**WORK INSTRUCTION:**
After locating the line that contains "f 431 698 672" in the records below, write out exactly that line and each line after it through the one that contains "f 579 717 723", and nothing else.

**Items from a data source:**
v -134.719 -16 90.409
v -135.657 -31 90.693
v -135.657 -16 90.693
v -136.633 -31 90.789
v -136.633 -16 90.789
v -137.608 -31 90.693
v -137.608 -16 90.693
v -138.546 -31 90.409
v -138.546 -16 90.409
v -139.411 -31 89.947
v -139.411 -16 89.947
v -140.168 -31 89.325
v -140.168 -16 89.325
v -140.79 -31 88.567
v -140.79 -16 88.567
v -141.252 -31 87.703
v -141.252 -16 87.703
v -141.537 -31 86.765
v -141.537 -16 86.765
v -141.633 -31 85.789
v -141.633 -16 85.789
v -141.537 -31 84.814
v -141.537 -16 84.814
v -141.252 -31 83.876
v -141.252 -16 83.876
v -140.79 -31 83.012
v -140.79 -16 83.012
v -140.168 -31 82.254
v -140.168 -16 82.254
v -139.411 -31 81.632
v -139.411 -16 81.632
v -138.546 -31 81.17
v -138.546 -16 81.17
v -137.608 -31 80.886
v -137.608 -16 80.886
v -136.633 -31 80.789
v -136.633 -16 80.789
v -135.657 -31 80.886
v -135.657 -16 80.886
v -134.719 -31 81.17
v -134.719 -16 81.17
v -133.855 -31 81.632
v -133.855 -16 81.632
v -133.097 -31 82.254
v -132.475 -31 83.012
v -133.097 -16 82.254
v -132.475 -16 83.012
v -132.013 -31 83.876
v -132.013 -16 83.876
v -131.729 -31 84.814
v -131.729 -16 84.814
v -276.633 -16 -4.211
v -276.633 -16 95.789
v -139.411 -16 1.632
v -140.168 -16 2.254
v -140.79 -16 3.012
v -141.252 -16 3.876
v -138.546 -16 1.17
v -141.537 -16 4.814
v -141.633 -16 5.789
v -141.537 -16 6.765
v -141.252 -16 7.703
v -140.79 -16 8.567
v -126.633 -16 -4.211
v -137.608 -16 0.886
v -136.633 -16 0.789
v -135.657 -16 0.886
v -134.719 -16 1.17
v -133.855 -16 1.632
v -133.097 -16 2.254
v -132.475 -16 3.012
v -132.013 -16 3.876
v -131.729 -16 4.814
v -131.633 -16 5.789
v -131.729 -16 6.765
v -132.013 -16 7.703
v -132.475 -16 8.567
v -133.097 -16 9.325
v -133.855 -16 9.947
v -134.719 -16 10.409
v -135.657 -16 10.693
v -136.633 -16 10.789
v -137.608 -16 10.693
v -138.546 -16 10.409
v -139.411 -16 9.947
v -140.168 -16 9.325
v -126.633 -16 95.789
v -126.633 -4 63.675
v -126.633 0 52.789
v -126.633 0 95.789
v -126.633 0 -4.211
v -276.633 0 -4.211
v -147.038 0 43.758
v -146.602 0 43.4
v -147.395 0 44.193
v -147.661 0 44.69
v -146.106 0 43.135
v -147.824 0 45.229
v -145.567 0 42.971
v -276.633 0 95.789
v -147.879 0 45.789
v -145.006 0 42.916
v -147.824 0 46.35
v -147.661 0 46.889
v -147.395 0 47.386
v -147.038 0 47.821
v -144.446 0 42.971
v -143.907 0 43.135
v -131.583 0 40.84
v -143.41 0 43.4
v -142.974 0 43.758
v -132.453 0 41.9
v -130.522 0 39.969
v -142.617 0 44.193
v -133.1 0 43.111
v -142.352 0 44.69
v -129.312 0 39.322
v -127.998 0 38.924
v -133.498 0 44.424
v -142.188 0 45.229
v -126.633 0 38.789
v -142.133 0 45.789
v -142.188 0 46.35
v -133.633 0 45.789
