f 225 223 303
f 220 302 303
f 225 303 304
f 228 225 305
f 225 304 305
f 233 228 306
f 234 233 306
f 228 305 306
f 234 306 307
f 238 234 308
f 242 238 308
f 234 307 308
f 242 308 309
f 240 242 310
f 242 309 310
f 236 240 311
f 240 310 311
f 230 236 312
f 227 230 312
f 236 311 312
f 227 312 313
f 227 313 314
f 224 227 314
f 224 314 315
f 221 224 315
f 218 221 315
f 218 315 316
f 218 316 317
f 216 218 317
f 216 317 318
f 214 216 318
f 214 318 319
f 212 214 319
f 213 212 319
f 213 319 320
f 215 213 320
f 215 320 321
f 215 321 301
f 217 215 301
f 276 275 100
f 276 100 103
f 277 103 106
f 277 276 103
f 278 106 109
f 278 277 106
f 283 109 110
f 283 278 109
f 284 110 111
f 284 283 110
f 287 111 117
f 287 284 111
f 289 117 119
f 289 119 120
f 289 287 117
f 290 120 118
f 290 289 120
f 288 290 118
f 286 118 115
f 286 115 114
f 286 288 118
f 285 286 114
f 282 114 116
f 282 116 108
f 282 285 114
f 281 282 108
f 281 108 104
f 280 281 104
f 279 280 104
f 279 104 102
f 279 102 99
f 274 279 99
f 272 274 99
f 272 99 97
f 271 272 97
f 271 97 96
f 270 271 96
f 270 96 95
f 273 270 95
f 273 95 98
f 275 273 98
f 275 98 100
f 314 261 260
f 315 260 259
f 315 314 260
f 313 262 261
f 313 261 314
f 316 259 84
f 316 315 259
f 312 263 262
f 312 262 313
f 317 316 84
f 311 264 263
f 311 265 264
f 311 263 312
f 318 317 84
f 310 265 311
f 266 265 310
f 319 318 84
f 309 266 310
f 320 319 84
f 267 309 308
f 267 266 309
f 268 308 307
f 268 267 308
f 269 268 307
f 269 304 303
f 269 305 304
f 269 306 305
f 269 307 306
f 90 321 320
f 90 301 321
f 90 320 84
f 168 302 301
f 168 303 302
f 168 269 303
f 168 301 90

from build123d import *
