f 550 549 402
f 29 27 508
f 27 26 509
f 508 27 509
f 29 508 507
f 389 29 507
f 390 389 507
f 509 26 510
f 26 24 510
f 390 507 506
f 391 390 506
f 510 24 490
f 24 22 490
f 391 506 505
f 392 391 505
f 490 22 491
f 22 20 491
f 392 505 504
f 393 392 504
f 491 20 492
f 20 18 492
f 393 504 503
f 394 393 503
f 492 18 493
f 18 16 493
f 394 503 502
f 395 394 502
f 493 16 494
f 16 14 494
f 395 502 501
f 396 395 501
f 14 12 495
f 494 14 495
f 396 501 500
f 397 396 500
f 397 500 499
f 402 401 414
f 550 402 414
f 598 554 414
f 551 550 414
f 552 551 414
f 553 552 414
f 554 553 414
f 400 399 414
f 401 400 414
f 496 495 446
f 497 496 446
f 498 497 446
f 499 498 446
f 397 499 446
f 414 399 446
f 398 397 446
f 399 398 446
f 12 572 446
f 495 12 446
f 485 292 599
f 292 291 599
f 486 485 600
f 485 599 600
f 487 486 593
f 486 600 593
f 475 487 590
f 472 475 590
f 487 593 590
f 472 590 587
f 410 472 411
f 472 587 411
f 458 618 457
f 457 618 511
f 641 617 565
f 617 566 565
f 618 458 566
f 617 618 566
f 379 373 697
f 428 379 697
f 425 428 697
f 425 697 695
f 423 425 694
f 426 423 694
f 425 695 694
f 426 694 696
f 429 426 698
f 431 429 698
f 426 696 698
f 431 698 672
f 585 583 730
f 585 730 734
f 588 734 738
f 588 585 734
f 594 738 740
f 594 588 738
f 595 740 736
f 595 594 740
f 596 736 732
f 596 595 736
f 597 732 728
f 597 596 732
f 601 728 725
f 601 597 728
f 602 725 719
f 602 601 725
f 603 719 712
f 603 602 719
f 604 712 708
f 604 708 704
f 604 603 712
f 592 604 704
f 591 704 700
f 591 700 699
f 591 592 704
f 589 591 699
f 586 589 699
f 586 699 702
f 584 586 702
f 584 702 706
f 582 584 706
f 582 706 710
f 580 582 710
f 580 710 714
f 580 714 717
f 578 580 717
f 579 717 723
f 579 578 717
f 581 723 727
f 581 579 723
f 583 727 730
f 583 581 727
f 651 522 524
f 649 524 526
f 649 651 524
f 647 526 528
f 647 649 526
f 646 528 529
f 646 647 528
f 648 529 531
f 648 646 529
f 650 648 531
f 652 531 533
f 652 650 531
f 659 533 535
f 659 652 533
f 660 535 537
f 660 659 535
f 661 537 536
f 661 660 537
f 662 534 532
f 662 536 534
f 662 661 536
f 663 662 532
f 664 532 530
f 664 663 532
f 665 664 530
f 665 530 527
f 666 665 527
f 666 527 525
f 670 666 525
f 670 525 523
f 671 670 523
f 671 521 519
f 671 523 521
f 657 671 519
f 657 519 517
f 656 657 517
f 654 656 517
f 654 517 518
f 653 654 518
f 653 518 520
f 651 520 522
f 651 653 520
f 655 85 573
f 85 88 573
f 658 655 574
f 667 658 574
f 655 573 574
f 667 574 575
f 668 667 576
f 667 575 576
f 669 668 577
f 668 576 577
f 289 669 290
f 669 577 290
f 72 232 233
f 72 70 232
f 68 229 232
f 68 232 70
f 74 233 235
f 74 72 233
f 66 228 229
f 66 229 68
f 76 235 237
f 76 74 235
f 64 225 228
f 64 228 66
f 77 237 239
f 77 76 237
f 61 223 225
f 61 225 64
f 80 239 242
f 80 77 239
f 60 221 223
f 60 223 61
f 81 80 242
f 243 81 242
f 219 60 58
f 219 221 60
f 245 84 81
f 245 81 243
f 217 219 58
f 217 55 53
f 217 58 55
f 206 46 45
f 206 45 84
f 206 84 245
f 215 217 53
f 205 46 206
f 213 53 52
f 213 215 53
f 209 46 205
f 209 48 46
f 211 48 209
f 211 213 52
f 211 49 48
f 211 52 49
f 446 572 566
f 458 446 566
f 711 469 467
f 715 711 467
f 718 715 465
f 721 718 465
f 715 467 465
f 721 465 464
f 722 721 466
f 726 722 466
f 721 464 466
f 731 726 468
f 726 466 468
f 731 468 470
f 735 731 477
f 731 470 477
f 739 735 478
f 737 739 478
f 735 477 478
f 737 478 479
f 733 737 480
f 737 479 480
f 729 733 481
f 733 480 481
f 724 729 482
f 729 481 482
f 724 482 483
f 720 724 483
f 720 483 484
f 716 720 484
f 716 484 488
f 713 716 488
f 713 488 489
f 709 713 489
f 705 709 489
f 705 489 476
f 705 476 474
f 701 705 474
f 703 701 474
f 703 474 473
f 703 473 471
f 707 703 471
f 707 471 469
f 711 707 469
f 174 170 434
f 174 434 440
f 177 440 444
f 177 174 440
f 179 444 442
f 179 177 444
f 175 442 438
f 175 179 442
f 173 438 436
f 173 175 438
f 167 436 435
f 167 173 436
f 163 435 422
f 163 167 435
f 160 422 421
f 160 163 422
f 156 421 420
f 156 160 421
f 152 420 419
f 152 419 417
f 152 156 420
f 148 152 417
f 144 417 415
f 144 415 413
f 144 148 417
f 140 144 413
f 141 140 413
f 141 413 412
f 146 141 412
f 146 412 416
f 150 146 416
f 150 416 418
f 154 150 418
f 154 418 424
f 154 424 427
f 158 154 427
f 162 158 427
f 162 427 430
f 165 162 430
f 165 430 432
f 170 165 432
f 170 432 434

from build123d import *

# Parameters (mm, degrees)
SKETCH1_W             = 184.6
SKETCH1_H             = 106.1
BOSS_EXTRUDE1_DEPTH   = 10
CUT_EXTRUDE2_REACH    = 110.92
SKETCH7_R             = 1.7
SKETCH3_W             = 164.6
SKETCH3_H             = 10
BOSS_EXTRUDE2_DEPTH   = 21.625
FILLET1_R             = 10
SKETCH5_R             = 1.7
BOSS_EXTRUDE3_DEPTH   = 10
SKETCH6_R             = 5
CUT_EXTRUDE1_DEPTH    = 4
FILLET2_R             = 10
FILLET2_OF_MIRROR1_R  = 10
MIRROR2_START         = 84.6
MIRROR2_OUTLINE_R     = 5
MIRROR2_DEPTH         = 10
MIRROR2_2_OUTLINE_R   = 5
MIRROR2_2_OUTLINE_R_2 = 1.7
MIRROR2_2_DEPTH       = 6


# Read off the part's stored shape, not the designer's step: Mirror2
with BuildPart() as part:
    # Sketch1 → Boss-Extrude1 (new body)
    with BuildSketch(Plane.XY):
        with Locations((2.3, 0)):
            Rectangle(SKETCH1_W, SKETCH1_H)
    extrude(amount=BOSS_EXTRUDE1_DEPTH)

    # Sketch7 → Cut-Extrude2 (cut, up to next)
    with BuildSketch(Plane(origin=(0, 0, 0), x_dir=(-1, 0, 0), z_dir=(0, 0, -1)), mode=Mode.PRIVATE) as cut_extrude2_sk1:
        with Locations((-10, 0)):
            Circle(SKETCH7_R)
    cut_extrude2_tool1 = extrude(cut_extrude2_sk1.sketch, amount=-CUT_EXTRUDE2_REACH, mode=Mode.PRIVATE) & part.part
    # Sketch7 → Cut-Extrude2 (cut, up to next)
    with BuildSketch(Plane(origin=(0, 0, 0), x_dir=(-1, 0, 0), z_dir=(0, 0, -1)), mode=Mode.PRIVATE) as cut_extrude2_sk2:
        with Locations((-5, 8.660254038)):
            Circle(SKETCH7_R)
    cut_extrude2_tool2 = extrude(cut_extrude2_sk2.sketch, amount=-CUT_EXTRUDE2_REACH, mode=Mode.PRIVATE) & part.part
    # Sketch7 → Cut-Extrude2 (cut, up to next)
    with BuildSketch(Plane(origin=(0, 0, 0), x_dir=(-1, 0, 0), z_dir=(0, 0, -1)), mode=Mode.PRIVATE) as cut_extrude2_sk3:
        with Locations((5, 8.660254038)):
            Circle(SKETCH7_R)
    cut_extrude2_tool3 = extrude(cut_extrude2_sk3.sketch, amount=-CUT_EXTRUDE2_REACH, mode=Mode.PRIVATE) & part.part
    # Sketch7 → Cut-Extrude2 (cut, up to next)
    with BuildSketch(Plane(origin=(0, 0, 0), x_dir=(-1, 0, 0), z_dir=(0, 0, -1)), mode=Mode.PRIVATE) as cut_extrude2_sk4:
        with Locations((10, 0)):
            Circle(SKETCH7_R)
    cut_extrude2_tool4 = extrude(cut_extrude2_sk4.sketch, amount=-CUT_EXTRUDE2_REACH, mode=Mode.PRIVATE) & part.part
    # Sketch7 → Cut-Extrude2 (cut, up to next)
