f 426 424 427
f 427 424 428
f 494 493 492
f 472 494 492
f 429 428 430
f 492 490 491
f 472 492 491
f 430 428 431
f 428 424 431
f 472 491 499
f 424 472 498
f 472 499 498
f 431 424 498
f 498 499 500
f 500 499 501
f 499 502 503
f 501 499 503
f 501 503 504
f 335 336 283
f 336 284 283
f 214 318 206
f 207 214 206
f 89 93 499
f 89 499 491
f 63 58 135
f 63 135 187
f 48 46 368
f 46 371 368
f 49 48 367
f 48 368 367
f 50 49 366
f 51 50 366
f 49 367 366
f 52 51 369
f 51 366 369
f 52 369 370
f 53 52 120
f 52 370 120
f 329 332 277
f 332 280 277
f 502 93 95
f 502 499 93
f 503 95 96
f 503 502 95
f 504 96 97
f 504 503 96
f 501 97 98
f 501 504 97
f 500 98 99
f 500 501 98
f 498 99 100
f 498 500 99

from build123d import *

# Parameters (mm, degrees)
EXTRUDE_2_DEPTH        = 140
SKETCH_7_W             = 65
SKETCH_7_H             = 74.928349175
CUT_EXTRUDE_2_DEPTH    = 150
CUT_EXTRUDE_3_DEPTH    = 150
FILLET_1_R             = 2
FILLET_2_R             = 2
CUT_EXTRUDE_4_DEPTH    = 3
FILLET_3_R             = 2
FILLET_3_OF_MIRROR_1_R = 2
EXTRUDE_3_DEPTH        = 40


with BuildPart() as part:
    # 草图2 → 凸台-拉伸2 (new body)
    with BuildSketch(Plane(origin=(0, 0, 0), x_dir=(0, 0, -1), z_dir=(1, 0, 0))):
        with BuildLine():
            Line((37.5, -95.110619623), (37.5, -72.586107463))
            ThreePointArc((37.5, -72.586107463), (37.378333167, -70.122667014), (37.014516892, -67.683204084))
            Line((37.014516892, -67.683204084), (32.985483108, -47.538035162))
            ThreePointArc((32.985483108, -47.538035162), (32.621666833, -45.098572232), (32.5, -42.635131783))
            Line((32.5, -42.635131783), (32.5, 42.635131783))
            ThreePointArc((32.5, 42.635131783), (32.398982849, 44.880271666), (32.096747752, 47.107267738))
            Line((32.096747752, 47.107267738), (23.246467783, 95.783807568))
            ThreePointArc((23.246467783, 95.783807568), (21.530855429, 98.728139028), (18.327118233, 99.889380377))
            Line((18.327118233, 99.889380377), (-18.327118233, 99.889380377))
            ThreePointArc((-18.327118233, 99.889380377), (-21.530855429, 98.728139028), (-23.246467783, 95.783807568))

**PROBLEM SOLUTION:**
f 431 698 672
f 585 583 730
f 585 730 734
f 588 734 738
f 588 585 734
f 594 738 740
f 594 588 738
f 595 740 736
f 595 594 740
f 596 736 732
f 596 595 736
f 597 732 728
f 597 596 732
f 601 728 725
f 601 597 728
f 602 725 719
f 602 601 725
f 603 719 712
f 603 602 719
f 604 712 708
f 604 708 704
f 604 603 712
f 592 604 704
f 591 704 700
f 591 700 699
f 591 592 704
f 589 591 699
f 586 589 699
f 586 699 702
f 584 586 702
f 584 702 706
f 582 584 706
f 582 706 710
f 580 582 710
f 580 710 714
f 580 714 717
f 578 580 717
f 579 717 723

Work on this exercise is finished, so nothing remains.